In this article, we focused on the perspective of the state of Costa Rica and its references to “Germany” to answer the question of how the transfer is legitimized within Costa Rica. Not surprisingly, the reference to Germany was omnipresent. However, we were able to distinguish four specific uses of this reference:
(1) German actors as active supporters of the transfer: This means that during the transfer process, the German actors played an active role in accompanying, constructing, and implementing the dual apprenticeship system. (2) Mythification of the dual apprenticeship model: Mythologizing is understood as the set of symbolisms and beliefs about the functioning of the German dual apprenticeship system. Causal relationships have been derived from this mythologizing to explain, for example, the relationship between unemployment and dual apprenticeship training, although these problems are more complex in the German context. (3) “Tropicalization” as a prerequisite for the transfer of dual structures, and the process of adapting a policy based on a foreign experience has been understood, inaccurately and often sarcastically, as tropicalization. A process of local adaptation would imply a series of technical and scientific analyses that integrate the transfer variables of the dual apprenticeship model into the local con- text and needs. The tropicalization of the dual apprenticeship, however, omits all these requirements. (4) Emancipation from the German dual apprenticeship model: Even though a detachment between the German and the Costa Rican models is claimed, the reference is still active even in these claims as the further development of the system and its adaptability within Germany is emphasized.

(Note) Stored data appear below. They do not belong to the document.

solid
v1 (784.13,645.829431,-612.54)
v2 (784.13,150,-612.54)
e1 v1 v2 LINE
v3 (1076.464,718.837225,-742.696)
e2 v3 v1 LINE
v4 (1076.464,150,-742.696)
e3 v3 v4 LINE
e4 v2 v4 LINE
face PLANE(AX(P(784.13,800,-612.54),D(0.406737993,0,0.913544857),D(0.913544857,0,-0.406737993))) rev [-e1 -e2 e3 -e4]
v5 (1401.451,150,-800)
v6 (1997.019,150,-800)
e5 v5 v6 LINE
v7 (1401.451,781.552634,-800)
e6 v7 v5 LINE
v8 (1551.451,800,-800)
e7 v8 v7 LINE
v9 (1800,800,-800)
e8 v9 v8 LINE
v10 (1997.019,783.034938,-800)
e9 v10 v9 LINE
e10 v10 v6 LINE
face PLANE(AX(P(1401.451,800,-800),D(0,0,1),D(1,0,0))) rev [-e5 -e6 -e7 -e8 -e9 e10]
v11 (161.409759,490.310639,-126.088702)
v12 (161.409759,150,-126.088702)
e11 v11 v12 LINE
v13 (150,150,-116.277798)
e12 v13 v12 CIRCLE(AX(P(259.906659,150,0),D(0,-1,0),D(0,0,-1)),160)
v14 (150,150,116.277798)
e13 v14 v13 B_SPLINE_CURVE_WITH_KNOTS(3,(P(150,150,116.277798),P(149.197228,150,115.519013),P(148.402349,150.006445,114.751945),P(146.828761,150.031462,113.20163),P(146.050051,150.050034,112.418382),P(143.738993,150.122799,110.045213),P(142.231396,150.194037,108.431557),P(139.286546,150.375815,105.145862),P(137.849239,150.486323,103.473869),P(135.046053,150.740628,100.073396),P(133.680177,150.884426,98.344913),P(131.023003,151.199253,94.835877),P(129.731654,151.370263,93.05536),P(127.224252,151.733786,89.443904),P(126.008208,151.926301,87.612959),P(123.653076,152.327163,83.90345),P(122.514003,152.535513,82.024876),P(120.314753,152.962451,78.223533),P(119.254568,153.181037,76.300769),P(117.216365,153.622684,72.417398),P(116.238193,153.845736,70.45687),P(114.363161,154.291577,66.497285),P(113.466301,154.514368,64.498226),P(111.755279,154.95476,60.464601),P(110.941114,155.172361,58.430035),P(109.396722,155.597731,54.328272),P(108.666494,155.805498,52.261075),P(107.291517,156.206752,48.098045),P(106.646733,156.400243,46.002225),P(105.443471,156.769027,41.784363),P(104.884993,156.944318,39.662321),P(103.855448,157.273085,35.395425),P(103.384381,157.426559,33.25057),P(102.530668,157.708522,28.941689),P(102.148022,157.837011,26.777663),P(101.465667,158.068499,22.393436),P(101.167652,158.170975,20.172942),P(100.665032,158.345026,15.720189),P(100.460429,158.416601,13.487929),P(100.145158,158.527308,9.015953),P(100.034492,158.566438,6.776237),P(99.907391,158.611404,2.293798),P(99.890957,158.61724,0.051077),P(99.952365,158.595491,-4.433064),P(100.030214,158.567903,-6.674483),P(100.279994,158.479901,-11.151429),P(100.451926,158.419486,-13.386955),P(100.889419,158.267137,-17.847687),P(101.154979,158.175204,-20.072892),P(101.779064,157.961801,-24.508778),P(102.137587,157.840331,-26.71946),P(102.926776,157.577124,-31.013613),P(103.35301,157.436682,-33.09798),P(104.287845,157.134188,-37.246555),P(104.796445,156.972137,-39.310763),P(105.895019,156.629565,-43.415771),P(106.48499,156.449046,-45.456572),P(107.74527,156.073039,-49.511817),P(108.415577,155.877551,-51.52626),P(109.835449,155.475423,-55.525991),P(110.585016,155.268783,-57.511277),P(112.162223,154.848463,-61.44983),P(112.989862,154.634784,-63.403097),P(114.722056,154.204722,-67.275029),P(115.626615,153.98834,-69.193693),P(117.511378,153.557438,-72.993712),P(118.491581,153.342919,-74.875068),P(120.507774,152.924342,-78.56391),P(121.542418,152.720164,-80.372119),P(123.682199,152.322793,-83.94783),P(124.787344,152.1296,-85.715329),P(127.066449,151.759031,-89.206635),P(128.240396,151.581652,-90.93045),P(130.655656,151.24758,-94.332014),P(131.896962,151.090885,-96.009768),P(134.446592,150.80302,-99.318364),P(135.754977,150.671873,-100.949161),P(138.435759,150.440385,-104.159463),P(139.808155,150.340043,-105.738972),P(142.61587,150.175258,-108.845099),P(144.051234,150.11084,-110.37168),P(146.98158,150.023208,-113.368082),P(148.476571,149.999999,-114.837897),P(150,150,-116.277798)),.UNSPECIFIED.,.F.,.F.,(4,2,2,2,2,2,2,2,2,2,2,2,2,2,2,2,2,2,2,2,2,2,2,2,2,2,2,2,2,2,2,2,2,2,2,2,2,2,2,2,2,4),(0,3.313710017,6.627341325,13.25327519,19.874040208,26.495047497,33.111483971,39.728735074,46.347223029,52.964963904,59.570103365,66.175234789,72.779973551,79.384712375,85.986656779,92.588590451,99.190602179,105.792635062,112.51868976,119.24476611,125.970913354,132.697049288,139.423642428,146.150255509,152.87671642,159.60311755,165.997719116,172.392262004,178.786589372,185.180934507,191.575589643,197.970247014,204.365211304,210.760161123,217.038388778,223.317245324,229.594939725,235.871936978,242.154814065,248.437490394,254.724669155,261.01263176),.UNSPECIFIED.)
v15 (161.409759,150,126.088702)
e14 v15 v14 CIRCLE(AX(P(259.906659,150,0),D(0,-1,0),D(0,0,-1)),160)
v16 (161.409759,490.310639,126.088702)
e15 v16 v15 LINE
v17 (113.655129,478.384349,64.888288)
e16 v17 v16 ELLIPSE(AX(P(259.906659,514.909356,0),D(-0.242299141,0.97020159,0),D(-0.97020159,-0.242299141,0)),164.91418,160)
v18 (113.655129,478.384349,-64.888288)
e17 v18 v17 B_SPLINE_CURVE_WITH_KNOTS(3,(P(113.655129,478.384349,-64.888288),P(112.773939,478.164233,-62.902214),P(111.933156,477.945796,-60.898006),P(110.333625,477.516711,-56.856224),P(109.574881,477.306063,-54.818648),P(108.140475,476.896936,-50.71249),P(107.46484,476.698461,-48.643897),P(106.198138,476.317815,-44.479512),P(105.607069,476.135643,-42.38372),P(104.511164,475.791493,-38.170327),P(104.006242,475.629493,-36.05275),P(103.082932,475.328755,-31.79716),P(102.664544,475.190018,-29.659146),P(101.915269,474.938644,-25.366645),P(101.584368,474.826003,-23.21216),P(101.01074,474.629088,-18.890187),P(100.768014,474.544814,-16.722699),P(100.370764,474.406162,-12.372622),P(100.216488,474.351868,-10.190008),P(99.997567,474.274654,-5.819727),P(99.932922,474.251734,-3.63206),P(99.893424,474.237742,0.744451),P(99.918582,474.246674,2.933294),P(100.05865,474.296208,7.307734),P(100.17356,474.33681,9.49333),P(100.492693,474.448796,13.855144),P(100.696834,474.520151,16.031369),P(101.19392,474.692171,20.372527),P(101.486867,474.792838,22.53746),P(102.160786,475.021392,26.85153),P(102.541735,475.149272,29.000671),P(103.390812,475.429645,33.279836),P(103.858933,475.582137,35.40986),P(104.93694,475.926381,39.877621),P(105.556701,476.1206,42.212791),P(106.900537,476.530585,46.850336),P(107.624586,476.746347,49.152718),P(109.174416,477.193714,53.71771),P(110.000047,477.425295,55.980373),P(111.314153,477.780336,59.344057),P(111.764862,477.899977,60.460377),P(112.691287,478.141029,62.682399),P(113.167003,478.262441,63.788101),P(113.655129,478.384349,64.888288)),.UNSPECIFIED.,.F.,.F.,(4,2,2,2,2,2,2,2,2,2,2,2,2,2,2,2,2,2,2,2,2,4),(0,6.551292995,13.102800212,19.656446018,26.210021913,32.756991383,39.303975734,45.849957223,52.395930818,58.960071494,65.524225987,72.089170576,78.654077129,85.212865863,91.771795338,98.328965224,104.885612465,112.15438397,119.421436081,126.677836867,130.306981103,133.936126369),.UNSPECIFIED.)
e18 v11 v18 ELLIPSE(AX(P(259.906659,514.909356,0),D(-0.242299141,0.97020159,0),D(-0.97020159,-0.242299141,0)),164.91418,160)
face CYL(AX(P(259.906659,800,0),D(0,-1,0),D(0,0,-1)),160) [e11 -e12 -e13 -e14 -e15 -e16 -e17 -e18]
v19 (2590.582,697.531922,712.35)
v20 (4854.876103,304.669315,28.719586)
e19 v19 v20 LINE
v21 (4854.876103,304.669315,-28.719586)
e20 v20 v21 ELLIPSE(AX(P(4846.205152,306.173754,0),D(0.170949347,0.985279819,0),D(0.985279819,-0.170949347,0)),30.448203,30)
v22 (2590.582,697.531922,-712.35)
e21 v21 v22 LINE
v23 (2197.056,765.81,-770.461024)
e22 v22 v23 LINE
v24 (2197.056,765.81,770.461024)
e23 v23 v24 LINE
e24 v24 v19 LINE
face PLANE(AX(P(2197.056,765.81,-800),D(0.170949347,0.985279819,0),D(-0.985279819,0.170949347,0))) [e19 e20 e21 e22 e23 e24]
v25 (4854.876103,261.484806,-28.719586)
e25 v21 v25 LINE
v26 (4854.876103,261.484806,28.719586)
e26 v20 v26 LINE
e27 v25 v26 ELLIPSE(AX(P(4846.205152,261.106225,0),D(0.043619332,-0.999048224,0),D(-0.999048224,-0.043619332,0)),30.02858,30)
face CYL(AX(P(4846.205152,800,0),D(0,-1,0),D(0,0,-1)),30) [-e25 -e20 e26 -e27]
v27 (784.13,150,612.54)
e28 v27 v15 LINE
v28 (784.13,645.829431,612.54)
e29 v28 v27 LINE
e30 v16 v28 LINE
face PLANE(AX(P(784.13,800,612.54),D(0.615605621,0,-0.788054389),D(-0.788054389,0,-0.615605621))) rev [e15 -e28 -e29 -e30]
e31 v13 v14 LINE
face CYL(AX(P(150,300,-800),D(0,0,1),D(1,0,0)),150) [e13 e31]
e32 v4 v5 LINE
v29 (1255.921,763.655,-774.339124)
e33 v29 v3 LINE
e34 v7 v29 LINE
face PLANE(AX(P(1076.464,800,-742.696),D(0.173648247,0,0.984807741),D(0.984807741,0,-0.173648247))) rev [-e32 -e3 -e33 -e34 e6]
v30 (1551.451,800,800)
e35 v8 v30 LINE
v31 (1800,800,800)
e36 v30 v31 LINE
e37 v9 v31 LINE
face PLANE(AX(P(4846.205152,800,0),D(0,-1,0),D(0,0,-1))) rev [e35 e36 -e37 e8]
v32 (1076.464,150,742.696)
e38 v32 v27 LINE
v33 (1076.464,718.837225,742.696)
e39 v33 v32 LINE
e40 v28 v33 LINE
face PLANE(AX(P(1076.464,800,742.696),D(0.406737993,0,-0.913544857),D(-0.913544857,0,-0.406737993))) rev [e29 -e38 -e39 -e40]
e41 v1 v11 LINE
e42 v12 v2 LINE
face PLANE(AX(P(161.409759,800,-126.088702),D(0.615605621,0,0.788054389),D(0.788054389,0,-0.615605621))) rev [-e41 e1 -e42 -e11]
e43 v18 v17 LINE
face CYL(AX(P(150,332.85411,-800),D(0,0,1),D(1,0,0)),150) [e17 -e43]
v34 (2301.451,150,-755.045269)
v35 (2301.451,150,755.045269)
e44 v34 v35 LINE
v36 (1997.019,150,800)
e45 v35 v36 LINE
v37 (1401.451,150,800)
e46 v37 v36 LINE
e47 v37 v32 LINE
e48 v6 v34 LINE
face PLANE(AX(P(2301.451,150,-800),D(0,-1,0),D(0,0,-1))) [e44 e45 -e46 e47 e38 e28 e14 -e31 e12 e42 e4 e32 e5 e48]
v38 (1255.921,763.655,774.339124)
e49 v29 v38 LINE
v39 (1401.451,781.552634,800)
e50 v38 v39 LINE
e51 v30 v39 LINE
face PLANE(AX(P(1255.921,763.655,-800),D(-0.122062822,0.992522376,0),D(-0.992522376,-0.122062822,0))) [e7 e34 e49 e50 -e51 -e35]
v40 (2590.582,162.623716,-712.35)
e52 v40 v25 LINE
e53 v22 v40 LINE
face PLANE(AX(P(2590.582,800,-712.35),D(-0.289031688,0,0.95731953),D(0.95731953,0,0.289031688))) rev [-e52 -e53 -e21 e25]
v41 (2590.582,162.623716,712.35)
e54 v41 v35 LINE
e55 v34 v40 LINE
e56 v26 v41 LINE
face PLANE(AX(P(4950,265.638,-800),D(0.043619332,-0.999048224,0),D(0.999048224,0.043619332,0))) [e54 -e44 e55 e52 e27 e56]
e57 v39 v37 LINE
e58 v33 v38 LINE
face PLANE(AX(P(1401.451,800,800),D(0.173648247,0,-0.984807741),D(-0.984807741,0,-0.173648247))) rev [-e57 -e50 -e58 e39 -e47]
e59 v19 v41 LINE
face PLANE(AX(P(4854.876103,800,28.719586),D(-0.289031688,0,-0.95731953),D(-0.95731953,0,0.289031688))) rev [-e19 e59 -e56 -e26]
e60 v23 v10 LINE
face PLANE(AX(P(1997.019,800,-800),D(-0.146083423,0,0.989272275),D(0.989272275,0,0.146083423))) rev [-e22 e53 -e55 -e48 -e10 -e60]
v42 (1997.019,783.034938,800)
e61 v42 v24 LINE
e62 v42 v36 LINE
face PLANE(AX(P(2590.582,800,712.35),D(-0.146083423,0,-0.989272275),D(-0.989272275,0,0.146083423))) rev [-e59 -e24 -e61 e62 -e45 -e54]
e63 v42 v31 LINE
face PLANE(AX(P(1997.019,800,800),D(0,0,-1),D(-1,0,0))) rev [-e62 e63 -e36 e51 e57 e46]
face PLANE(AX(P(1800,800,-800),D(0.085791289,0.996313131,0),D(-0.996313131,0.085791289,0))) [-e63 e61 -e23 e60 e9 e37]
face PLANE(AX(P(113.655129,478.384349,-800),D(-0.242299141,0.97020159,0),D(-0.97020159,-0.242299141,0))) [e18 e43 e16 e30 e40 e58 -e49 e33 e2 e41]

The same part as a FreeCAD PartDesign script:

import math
import FreeCAD as App
import Part
import Sketcher
Q = App.Units.Quantity


def add_polygon(sketch, points):
    """Adds a closed chain of lines whose ends are joined by coincident constraints."""
    first, n = sketch.GeometryCount, len(points)
    for a, b in zip(points, points[1:] + points[:1]):
        sketch.addGeometry(Part.LineSegment(App.Vector(*a, 0), App.Vector(*b, 0)), False)
    for i in range(n):
        sketch.addConstraint(Sketcher.Constraint("Coincident", first + i, 2, first + (i + 1) % n, 1))

doc = App.newDocument("Part")
params = doc.addObject("Spreadsheet::Sheet", "Params")
for row, (alias, value) in enumerate([
    ("sketch1_radius", "160 mm"),
    ("sketch1_radius2", "30 mm"),
    ("pad1_length", "800 mm"),
    ("sketch2_radius", "150 mm"),
    ("sketch2_height", "1822.06 mm"),
], start=1):
    params.set(f"A{row}", alias)
    params.set(f"B{row}", "=" + value)
    params.setAlias(f"B{row}", alias)

body = doc.addObject("PartDesign::Body", "Body")

sketch1 = body.newObject("Sketcher::SketchObject", "Sketch")
sketch1.AttachmentSupport = (doc.getObject("XZ_Plane"), [""])
sketch1.MapMode = "FlatFace"
sketch1.addGeometry([
    Part.LineSegment(App.Vector(784.13, -612.54, 0), App.Vector(161.409759, -126.088702, 0)),
    Part.ArcOfCircle(Part.Circle(App.Vector(259.906659, 0, 0), App.Vector(0, 0, 1), 160), math.radians(127.995939), math.radians(232.004061)),
    Part.LineSegment(App.Vector(161.409759, 126.088702, 0), App.Vector(784.13, 612.54, 0)),
    Part.LineSegment(App.Vector(784.13, 612.54, 0), App.Vector(1076.464, 742.696, 0)),
    Part.LineSegment(App.Vector(1076.464, 742.696, 0), App.Vector(1401.451, 800, 0)),
    Part.LineSegment(App.Vector(1401.451, 800, 0), App.Vector(1997.019, 800, 0)),
    Part.LineSegment(App.Vector(1997.019, 800, 0), App.Vector(2590.582, 712.35, 0)),
    Part.LineSegment(App.Vector(2590.582, 712.35, 0), App.Vector(4854.876103, 28.719586, 0)),
    Part.ArcOfCircle(Part.Circle(App.Vector(4846.205152, 0, 0), App.Vector(0, 0, 1), 30), math.radians(-73.200007), math.radians(73.200007)),
    Part.LineSegment(App.Vector(4854.876103, -28.719586, 0), App.Vector(2590.582, -712.35, 0)),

These four inductively created categories could also serve as a basis for future transfer research in TVET to expand or adapt the ways in which legitimizing references are used by actors in receiving countries. Furthermore, our approach could, in the future be combined with network analysis to be able to ascribe importance to certain claims and references over others. Finally, this line of research contributes to sociological institutionalism theory by further conceptualizing the ways in which legitimation is created. Sociological institutionalism emerges as a valuable analytical framework for comprehensively examining the intricate dynamics of institutional operation and administration within the context of TVET. It facilitates an in-depth examination of key aspects such as the roles played by different actors and the governance mechanisms inherent in the dual apprenticeship model. In addition, this approach is proving to be instrumental in examining the historical transformations that these institutions have undergone.